──────── EXERCISE INPUT ────────
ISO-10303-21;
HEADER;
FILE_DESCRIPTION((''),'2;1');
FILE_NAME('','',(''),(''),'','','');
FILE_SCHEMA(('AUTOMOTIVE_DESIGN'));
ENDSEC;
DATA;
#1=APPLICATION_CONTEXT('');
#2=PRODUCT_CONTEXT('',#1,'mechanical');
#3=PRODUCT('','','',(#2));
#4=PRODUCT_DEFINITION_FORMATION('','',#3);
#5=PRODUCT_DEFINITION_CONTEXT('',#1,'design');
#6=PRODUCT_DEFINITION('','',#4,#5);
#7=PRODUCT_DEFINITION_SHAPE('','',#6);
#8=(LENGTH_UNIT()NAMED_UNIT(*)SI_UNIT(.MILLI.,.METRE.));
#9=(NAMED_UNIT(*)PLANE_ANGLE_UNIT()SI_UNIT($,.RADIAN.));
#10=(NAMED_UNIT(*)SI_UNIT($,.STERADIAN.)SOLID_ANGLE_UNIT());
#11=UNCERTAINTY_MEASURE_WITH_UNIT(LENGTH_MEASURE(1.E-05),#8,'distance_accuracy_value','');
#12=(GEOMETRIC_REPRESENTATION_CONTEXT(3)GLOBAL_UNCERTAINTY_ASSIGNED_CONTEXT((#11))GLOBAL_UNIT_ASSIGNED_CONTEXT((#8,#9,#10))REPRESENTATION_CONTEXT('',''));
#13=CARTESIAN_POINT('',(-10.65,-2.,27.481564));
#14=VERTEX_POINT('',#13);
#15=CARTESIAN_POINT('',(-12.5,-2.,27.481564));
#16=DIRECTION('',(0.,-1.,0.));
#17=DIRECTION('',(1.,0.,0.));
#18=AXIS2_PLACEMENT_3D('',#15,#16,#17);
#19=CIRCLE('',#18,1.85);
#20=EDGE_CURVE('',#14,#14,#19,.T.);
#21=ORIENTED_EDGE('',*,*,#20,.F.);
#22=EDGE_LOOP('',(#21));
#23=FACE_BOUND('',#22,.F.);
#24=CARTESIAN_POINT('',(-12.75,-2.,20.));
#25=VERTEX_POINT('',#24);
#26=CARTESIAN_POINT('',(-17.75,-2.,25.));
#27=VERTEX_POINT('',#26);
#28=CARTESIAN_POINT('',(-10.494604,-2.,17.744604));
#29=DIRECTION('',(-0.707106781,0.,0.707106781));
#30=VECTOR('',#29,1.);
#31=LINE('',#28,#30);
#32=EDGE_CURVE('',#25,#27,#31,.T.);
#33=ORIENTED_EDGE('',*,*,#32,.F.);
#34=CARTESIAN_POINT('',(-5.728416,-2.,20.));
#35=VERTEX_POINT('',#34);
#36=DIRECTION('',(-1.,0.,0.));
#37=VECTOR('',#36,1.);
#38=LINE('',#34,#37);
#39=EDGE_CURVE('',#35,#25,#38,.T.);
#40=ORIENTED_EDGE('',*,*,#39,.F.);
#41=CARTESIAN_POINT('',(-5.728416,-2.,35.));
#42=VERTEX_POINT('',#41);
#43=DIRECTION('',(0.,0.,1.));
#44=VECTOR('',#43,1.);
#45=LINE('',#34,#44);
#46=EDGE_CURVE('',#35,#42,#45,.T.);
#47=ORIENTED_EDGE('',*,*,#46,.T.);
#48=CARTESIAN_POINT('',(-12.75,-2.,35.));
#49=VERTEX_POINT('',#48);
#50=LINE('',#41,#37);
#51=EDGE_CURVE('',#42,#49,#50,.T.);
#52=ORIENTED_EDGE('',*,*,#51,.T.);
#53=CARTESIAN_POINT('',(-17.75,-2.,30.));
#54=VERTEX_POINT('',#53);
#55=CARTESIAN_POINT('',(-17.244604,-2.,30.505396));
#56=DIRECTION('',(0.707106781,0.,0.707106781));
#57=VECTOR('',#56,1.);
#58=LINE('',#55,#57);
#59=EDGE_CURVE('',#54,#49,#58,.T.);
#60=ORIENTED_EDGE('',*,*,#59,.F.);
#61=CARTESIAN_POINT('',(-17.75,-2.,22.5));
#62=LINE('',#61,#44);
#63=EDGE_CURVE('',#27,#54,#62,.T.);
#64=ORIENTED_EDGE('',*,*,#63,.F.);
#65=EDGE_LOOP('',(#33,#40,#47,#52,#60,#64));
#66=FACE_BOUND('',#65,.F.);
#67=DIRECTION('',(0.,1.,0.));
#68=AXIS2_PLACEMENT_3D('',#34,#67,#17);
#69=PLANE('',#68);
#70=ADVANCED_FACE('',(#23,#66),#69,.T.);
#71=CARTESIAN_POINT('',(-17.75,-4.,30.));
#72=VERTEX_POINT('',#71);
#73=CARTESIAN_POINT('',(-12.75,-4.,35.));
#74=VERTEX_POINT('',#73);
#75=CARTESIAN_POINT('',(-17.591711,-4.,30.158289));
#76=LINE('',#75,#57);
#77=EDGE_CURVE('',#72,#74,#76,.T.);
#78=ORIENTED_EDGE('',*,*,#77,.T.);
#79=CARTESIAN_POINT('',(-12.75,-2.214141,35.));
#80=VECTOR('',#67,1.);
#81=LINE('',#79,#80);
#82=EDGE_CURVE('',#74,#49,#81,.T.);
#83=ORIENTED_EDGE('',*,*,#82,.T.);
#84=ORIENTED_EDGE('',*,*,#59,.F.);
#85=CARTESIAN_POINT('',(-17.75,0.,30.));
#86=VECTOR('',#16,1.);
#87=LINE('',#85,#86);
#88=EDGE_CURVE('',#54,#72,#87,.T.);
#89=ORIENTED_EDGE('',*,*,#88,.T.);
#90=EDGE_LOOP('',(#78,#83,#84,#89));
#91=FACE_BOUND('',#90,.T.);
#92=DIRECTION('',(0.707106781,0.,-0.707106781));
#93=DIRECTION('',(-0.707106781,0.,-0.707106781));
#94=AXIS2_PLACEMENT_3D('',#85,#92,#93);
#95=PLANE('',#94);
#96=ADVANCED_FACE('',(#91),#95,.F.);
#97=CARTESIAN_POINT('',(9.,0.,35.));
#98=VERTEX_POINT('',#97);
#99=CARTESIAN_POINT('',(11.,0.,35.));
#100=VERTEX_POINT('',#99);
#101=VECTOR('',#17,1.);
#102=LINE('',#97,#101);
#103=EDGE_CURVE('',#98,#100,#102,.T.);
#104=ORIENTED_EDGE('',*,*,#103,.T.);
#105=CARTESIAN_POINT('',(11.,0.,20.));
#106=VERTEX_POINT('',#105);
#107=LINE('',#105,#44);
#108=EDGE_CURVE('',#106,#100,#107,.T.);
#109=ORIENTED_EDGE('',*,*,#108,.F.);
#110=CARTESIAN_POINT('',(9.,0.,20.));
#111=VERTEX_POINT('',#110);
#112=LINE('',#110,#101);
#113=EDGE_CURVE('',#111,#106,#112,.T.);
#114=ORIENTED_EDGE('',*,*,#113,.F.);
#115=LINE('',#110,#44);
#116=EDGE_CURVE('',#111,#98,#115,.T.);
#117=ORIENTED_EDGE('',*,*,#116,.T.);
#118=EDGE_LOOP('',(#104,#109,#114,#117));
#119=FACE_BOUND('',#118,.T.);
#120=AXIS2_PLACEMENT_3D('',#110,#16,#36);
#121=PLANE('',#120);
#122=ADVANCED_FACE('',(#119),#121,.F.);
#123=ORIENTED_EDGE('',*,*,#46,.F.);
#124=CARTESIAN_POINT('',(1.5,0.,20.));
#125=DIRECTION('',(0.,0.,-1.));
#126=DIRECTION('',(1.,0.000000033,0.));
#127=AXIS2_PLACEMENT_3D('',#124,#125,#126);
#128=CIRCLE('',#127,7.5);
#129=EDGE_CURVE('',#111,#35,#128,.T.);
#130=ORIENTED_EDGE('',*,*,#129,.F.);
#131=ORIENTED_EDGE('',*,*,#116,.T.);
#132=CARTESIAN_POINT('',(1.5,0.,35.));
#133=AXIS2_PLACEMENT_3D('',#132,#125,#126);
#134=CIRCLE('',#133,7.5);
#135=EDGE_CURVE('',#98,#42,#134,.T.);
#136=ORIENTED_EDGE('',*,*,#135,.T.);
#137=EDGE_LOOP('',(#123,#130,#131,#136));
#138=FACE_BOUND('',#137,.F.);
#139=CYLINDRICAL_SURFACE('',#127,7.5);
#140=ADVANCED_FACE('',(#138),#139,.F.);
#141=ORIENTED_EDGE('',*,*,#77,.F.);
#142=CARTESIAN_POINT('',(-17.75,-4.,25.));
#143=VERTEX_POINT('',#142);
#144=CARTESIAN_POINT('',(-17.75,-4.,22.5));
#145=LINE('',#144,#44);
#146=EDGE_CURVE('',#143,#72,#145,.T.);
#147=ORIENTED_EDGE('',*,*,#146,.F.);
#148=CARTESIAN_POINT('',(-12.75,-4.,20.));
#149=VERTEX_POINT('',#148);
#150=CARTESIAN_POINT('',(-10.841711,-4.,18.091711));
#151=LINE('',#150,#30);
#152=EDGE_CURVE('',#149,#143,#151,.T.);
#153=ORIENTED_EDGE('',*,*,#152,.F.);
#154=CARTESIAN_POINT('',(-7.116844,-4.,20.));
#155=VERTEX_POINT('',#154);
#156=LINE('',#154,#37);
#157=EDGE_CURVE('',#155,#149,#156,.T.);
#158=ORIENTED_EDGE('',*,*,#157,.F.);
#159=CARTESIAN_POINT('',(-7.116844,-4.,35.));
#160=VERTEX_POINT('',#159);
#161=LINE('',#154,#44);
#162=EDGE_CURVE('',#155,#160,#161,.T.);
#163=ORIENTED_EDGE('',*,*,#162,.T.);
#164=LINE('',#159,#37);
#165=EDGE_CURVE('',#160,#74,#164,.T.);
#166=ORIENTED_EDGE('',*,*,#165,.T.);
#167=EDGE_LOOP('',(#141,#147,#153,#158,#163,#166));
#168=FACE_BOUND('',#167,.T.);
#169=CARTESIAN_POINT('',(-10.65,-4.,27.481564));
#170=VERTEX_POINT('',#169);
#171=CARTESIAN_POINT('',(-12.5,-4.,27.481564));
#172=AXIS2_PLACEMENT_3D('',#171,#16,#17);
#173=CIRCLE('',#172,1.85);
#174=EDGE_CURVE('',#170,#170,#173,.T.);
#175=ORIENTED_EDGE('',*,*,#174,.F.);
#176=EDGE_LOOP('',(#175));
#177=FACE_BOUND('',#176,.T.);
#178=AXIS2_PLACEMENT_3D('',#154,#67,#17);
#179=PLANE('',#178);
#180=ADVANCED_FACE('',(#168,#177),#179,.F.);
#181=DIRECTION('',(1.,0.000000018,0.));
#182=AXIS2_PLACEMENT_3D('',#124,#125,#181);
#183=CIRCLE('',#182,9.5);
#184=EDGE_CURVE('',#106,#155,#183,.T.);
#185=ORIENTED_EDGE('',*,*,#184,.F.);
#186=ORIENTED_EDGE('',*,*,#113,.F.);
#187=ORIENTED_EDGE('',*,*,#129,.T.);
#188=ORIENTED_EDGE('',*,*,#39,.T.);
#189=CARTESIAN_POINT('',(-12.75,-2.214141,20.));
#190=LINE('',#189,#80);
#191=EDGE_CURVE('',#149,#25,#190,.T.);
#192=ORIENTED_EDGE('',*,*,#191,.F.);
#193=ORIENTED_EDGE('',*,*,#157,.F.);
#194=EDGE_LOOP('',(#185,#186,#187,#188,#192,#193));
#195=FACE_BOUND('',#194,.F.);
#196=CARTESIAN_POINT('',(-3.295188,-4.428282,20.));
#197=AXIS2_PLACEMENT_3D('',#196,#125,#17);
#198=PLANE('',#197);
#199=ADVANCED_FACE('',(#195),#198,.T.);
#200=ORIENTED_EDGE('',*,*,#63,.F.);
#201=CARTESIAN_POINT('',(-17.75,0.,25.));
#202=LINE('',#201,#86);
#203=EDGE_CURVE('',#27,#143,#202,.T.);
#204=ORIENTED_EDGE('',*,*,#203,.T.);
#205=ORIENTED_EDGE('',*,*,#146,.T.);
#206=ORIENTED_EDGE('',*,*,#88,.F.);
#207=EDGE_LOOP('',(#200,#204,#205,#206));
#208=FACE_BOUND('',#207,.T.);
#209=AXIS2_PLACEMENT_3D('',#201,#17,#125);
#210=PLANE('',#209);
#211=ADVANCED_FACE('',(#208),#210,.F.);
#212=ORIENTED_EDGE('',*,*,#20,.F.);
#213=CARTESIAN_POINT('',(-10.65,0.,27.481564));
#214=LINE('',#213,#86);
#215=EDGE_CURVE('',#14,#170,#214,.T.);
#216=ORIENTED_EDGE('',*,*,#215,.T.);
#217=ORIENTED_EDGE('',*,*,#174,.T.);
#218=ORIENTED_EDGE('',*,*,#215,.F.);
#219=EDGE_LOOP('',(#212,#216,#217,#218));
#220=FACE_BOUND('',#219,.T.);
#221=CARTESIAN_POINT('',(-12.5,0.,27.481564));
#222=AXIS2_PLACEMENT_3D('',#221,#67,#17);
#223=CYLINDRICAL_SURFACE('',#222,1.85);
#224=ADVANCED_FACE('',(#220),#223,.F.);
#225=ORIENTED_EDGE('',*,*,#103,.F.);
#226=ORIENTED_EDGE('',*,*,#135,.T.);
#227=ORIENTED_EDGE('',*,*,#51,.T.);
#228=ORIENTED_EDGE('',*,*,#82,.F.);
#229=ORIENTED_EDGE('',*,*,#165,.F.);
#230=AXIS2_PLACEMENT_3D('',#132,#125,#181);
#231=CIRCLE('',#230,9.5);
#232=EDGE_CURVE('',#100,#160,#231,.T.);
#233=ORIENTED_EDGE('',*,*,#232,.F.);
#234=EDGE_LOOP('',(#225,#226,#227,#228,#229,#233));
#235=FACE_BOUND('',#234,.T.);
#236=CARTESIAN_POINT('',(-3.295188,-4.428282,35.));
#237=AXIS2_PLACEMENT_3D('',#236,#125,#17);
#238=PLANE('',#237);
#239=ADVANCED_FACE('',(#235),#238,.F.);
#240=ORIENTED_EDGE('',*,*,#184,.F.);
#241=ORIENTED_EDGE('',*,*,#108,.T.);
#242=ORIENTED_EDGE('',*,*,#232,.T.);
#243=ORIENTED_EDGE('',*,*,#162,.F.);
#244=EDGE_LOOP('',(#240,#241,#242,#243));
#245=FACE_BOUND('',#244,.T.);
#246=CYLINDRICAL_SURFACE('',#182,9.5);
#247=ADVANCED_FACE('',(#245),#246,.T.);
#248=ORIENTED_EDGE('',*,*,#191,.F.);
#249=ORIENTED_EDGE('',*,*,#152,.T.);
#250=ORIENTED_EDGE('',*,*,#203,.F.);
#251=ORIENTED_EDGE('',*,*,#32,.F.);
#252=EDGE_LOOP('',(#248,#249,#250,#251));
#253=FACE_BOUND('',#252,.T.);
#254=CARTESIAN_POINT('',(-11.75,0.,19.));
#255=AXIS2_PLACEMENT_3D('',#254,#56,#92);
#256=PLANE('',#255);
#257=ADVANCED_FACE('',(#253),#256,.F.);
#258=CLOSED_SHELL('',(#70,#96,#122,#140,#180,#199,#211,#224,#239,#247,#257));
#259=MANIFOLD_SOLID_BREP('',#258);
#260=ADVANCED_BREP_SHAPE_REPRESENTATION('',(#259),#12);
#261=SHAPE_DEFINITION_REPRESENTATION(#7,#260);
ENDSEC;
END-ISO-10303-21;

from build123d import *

# Parameters (mm, degrees)
SKETCH016_R       = 1.85
EXTRUDE013_DEPTH  = 12
CYLINDER007_R     = 5
CYLINDER007_DEPTH = 1
EXTRUDE012_DEPTH  = 15


with BuildPart() as extrude013:
    # Sketch016 → Extrude013 (new body)
    with BuildSketch(Plane.XZ):
        Polygon((11.75, 36), (11.75, 19), (-13.25, 19), (-19.25, 25), (-19.25, 30), (-13.25, 36), align=None)
        with Locations((-14, 27.481564)):
            Circle(SKETCH016_R, mode=Mode.SUBTRACT)
    extrude(amount=-EXTRUDE013_DEPTH)


with BuildPart() as unprintable:
    # Cylinder007 → Cylinder007 (new body)
    with BuildSketch(Plane(origin=(-14, 18, 27.5), x_dir=(1, 0, 0), z_dir=(0, -1, 0))):
        Circle(CYLINDER007_R)
    extrude(amount=CYLINDER007_DEPTH)


with BuildPart() as body007:
    # Sketch015 → Extrude012 (new body)
    with BuildSketch(Plane.XY.offset(50)):
        with BuildLine():
            ThreePointArc((7.5, 0), (1.009178, 7.431794), (-7.228416, 2))
            Line((-7.228416, 2), (-21.228416, 2))
            Line((-21.228416, 4), (-21.228416, 2))
            Line((-8.616844, 4), (-21.228416, 4))
            ThreePointArc((9.5, 0), (2.048168, 9.276584), (-8.616844, 4))
            Line((7.5, 0), (9.5, 0))
        make_face()
    extrude(amount=EXTRUDE012_DEPTH)


with BuildPart() as body007_1:
    # Extrude012 placement: moved
    add(body007.part.moved(Location((0, 0, -30))))

    # Fusion016: union unprintable
    add(unprintable.part)

    # Common001: intersect Extrude013
    add(extrude013.part, mode=Mode.INTERSECT)


with BuildPart() as body007_2:
    # Common001 placement: moved
    add(body007_1.part.moved(Location((1.5, 0, 0))))


with BuildPart() as body007_3:
    # Clone007 placement: moved
    add(body007_2.part.moved(Location((-1.5, 0, 0))))


with BuildPart() as part_mirroring008:
    # Part__Mirroring008: instance of Body007
    add(body007_3.part.mirror(Plane(origin=(0, 0, 0), x_dir=(1, 0, 0), z_dir=(0, 1, 0))))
────────
YOUR TASK = Starting at the first line of the records above, please copy each line exactly until you reach the line containing "#8=(LENGTH_UNIT()NAMED_UNIT(*)SI_UNIT(.MILLI.,.METRE.));". Include that line and stop there.

TASK RESPONSE =
ISO-10303-21;
HEADER;
FILE_DESCRIPTION((''),'2;1');
FILE_NAME('','',(''),(''),'','','');
FILE_SCHEMA(('AUTOMOTIVE_DESIGN'));
ENDSEC;
DATA;
#1=APPLICATION_CONTEXT('');
#2=PRODUCT_CONTEXT('',#1,'mechanical');
#3=PRODUCT('','','',(#2));
#4=PRODUCT_DEFINITION_FORMATION('','',#3);
#5=PRODUCT_DEFINITION_CONTEXT('',#1,'design');
#6=PRODUCT_DEFINITION('','',#4,#5);
#7=PRODUCT_DEFINITION_SHAPE('','',#6);
#8=(LENGTH_UNIT()NAMED_UNIT(*)SI_UNIT(.MILLI.,.METRE.));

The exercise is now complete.